Redcurrant Pie
Author: berryworld.com
Serves: 4-6
Ingredients
- 400g flaky pastry
- 1 egg white
- 450g redcurrants
- 110g caster sugar
- 2 tbsp cornflour
- 2 tsp grated orange zest
- 150ml double or whipping cream
- few drops vanilla essence
Method
- Roll out just over half the pastry thinly to a circle at least 1.5cm wider than the size or your pie plate or tin.
- Ease it into the tin and trim the edges.
- Lightly beat the egg white with 1tbsp water and brush a little over the pastry.
- Chill.
- Preheat oven to 200C/Gas 6.
- Rinse the redcurrants and dry.
- Ease the redcurrants off their sprigs into a bowl.
- Stir the sugar and cornflour together with 1tsp orange zest, then into the fruit.
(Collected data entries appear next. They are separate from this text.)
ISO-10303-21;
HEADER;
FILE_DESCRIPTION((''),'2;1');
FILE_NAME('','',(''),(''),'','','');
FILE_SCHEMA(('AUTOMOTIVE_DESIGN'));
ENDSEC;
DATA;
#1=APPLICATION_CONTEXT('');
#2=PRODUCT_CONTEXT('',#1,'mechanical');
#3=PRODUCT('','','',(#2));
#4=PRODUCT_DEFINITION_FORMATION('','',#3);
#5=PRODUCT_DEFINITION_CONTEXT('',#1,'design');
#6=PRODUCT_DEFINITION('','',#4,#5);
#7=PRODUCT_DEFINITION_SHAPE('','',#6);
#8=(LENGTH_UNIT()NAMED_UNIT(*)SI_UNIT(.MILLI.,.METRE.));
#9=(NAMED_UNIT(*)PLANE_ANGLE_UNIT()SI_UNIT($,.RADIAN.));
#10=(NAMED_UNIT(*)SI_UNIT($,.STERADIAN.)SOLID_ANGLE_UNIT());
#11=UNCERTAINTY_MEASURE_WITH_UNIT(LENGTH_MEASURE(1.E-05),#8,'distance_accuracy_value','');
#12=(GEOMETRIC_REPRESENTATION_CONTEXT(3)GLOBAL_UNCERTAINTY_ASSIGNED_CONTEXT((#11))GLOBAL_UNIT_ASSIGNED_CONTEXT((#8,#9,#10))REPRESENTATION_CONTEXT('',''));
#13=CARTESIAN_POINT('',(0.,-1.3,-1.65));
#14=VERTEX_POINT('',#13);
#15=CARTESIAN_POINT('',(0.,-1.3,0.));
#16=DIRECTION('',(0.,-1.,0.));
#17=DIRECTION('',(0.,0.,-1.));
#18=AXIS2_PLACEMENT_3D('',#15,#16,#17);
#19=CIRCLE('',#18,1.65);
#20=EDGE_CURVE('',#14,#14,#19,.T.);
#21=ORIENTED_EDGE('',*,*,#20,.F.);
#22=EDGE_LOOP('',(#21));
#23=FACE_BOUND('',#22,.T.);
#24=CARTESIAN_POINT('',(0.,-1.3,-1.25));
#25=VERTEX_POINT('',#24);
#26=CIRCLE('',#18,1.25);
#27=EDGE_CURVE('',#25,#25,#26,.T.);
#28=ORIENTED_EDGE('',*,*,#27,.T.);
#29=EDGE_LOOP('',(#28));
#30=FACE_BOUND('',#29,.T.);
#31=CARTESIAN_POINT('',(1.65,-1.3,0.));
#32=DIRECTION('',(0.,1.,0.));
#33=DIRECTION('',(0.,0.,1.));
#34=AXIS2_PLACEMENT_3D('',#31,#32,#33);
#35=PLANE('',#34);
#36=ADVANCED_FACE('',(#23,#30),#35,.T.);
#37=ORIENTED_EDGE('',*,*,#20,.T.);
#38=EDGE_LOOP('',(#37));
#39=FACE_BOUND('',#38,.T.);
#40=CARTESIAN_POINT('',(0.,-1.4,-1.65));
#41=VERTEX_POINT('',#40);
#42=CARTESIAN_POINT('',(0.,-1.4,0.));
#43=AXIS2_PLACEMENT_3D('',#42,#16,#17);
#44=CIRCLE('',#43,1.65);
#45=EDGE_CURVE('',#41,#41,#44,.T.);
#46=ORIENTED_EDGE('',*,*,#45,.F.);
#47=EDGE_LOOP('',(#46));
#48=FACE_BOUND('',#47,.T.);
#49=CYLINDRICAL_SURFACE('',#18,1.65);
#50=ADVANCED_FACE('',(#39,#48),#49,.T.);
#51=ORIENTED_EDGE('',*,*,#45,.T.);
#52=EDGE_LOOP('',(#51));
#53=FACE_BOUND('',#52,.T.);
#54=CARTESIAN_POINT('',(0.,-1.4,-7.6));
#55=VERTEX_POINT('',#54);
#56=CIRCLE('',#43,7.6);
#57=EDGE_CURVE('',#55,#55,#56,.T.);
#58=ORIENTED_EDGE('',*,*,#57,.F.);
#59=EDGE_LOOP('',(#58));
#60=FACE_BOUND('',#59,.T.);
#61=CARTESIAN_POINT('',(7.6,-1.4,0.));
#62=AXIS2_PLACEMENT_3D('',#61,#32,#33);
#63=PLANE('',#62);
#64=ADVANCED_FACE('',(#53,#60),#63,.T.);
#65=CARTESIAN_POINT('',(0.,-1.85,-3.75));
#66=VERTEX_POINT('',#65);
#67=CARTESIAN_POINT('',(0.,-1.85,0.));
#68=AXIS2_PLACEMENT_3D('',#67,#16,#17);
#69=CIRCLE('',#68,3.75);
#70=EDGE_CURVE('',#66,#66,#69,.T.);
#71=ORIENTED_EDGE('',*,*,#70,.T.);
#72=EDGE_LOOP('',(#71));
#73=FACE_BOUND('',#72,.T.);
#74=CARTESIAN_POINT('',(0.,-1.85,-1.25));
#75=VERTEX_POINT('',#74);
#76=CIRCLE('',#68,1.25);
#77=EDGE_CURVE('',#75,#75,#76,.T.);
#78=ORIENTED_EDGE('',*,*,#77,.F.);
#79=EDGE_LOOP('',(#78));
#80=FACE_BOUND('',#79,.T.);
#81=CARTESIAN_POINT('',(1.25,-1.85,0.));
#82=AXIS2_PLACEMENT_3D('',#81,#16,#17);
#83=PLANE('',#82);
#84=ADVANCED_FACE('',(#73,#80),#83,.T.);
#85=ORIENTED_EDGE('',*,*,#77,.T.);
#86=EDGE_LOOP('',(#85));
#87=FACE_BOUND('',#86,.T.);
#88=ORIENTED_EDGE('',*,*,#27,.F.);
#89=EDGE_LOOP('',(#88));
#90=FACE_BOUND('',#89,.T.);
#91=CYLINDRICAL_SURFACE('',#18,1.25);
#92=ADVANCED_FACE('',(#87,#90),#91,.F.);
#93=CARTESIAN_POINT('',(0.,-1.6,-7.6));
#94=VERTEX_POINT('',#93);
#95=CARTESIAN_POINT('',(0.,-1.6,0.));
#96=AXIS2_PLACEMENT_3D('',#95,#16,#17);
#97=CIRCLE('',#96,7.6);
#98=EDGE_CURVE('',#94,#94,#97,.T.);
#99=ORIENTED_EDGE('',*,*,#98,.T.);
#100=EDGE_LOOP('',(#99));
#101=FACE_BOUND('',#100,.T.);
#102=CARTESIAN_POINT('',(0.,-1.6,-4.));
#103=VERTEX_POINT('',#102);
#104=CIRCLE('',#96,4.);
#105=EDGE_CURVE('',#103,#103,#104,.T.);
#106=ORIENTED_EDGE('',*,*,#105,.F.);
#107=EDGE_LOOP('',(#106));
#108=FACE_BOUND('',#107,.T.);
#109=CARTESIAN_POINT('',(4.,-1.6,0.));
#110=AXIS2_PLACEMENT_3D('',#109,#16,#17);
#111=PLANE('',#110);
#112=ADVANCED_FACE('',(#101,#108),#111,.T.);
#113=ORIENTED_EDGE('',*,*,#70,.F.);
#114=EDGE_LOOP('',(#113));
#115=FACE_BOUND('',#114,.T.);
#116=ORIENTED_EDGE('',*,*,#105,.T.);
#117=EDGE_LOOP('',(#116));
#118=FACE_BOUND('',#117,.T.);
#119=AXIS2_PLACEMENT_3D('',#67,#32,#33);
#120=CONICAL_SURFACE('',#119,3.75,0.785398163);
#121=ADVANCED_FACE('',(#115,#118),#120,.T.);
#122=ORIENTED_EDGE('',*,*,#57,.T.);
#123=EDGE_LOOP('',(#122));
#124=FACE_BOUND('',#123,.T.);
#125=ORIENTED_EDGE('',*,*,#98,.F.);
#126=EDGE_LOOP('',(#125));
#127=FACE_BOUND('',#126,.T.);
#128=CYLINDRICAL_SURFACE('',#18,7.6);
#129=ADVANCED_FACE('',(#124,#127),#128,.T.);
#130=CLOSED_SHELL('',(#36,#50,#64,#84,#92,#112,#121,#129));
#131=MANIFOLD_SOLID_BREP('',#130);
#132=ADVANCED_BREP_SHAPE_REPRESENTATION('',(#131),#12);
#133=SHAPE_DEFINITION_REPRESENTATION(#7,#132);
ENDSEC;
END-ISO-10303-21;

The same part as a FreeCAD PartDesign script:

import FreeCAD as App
import Part
import Sketcher
from FreeCAD import Vector
Q = App.Units.Quantity

doc = App.newDocument("Part")
body = doc.addObject("PartDesign::Body", "Body")

# Sketch on XY plane
sketch1 = body.newObject("Sketcher::SketchObject", "Sketch")
sketch1.AttachmentSupport = (doc.getObject("XY_Plane"), [""])
sketch1.MapMode = "FlatFace"
sketch1.addGeometry([
    Part.LineSegment(Vector(4, -1.6, 0), Vector(7.6, -1.6, 0)),  # 0
    Part.LineSegment(Vector(7.6, -1.6, 0), Vector(7.6, -1.4, 0)),  # 1
    Part.LineSegment(Vector(7.6, -1.4, 0), Vector(1.65, -1.4, 0)),  # 2
    Part.LineSegment(Vector(1.65, -1.4, 0), Vector(1.65, -1.3, 0)),  # 3
    Part.LineSegment(Vector(1.65, -1.3, 0), Vector(1.25, -1.3, 0)),  # 4
    Part.LineSegment(Vector(1.25, -1.3, 0), Vector(1.25, -1.85, 0)),  # 5
    Part.LineSegment(Vector(1.25, -1.85, 0), Vector(3.75, -1.85, 0)),  # 6
    Part.LineSegment(Vector(3.75, -1.85, 0), Vector(4, -1.6, 0)),  # 7
], False)
sketch1.addConstraint([
    Sketcher.Constraint("Coincident", 0, 2, 1, 1),
    Sketcher.Constraint("Coincident", 1, 2, 2, 1),
    Sketcher.Constraint("Coincident", 2, 2, 3, 1),
    Sketcher.Constraint("Coincident", 3, 2, 4, 1),
    Sketcher.Constraint("Coincident", 4, 2, 5, 1),
    Sketcher.Constraint("Coincident", 5, 2, 6, 1),
    Sketcher.Constraint("Coincident", 6, 2, 7, 1),
    Sketcher.Constraint("Coincident", 7, 2, 0, 1),
    Sketcher.Constraint("Horizontal", 0),
    Sketcher.Constraint("Vertical", 1),
    Sketcher.Constraint("Horizontal", 2),
    Sketcher.Constraint("Vertical", 3),
    Sketcher.Constraint("Horizontal", 4),
    Sketcher.Constraint("Vertical", 5),
    Sketcher.Constraint("Horizontal", 6),
    Sketcher.Constraint("Angle", 7, Q("45 deg")),
    Sketcher.Constraint("DistanceX", 0, 1, 0, 2, Q("3.6 mm")),
    Sketcher.Constraint("DistanceX", 4, 2, 4, 1, Q("0.4 mm")),
    Sketcher.Constraint("DistanceX", 6, 1, 6, 2, Q("2.5 mm")),
    Sketcher.Constraint("DistanceY", 1, 1, 1, 2, Q("0.2 mm")),
    Sketcher.Constraint("DistanceY", 3, 1, 3, 2, Q("0.1 mm")),
    Sketcher.Constraint("DistanceX", -1, 1, 7, 2, Q("4 mm")),
    Sketcher.Constraint("DistanceX", 2, 2, 2, 1, Q("5.95 mm")),
    Sketcher.Constraint("DistanceY", 0, 2, -1, 1, Q("1.6 mm")),
])
revolution = body.newObject("PartDesign::Revolution", "Revolution")
revolution.Profile = sketch1
revolution.ReferenceAxis = (sketch1, ["V_Axis"])
revolution.Angle = 360

doc.recompute()
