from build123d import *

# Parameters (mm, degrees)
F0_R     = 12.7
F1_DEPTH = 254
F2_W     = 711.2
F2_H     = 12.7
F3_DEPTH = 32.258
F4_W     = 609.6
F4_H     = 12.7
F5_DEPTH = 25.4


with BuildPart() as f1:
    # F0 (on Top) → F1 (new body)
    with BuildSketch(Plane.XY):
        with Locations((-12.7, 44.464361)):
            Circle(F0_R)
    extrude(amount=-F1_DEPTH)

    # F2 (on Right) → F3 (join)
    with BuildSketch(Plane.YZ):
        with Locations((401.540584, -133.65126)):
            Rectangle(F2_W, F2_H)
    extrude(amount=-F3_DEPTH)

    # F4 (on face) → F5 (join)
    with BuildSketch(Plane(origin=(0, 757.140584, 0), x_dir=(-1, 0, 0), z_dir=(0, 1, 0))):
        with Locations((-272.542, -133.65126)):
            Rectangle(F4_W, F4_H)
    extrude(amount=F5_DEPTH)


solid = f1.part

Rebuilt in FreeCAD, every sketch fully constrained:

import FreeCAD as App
import Part
import Sketcher
Q = App.Units.Quantity


def add_polygon(sketch, points):
    """Adds a closed chain of lines whose ends are joined by coincident constraints."""
    first, n = sketch.GeometryCount, len(points)
    for a, b in zip(points, points[1:] + points[:1]):
        sketch.addGeometry(Part.LineSegment(App.Vector(*a, 0), App.Vector(*b, 0)), False)
    for i in range(n):
        sketch.addConstraint(Sketcher.Constraint("Coincident", first + i, 2, first + (i + 1) % n, 1))

doc = App.newDocument("Part")
body = doc.addObject("PartDesign::Body", "Body")

# Sketch on XY plane
sketch1 = body.newObject("Sketcher::SketchObject", "Sketch")
sketch1.AttachmentSupport = (doc.getObject("XY_Plane"), [""])
sketch1.MapMode = "FlatFace"
sketch1.addGeometry(Part.Circle(App.Vector(-13, 44, 0), App.Vector(0, 0, 1), 13), False)
sketch1.addConstraint([
    Sketcher.Constraint("Diameter", 0, Q("1 in")),
    Sketcher.Constraint("DistanceX", 0, 3, -1, 1, Q("0.5 in")),
    Sketcher.Constraint("DistanceY", -1, 1, 0, 3, Q("44.464361 mm")),
])
pad1 = body.newObject("PartDesign::Pad", "Pad")
pad1.Profile = sketch1
pad1.Length = Q("10 in")
pad1.Reversed = True

# Sketch on YZ plane
sketch2 = body.newObject("Sketcher::SketchObject", "Sketch001")
sketch2.AttachmentSupport = (doc.getObject("YZ_Plane"), [""])
sketch2.MapMode = "FlatFace"
add_polygon(sketch2, [(46, -127), (46, -140), (757, -140), (757, -127)])  # lines 0-3
sketch2.addConstraint([
    Sketcher.Constraint("Vertical", 0),
    Sketcher.Constraint("Horizontal", 1),
    Sketcher.Constraint("Vertical", 2),
    Sketcher.Constraint("Horizontal", 3),
    Sketcher.Constraint("DistanceX", 1, 1, 1, 2, Q("28 in")),
    Sketcher.Constraint("DistanceY", 0, 2, 0, 1, Q("0.5 in")),
    Sketcher.Constraint("DistanceY", 0, 2, -1, 1, Q("140.00126 mm")),
    Sketcher.Constraint("DistanceX", -1, 1, 0, 2, Q("45.940584 mm")),
])
pad2 = body.newObject("PartDesign::Pad", "Pad001")
pad2.Profile = sketch2
pad2.Length = Q("1.27 in")
pad2.Reversed = True

# Sketch on XZ plane
sketch3 = body.newObject("Sketcher::SketchObject", "Sketch002")
sketch3.AttachmentSupport = (doc.getObject("XZ_Plane"), [""])
sketch3.MapMode = "FlatFace"
sketch3.AttachmentOffset = App.Placement(App.Vector(0, 0, -757.140584), App.Rotation())
add_polygon(sketch3, [(577, -127), (577, -140), (-32, -140), (-32, -127)])  # lines 0-3
sketch3.addConstraint([
    Sketcher.Constraint("Vertical", 0),
    Sketcher.Constraint("Horizontal", 1),
    Sketcher.Constraint("Vertical", 2),
    Sketcher.Constraint("Horizontal", 3),
    Sketcher.Constraint("DistanceX", 1, 2, 1, 1, Q("24 in")),
    Sketcher.Constraint("DistanceY", 0, 2, 0, 1, Q("0.5 in")),
    Sketcher.Constraint("DistanceX", -1, 1, 0, 2, Q("22.73 in")),
    Sketcher.Constraint("DistanceY", 0, 2, -1, 1, Q("140.00126 mm")),
])
pad3 = body.newObject("PartDesign::Pad", "Pad002")
pad3.Profile = sketch3
pad3.Length = Q("1 in")
pad3.Reversed = True

doc.recompute()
- Pile the fruit into the pastry case.
- Roll out the rest of the pastry large enough to cover the pie.
- Put a pie funnel in the centre and dampen the pastry edges with water.
- Place the lid on top, seal the edges and trim off any excess.
- Flute the edges.
- Glaze with the rest of the egg white and bake in the upper oven for about 30 mins until golden and crisp.
- Remove from oven, sprinkle with sugar and serve with the whipped cream flavoured with vanilla and the remaining 1tsp orange zest.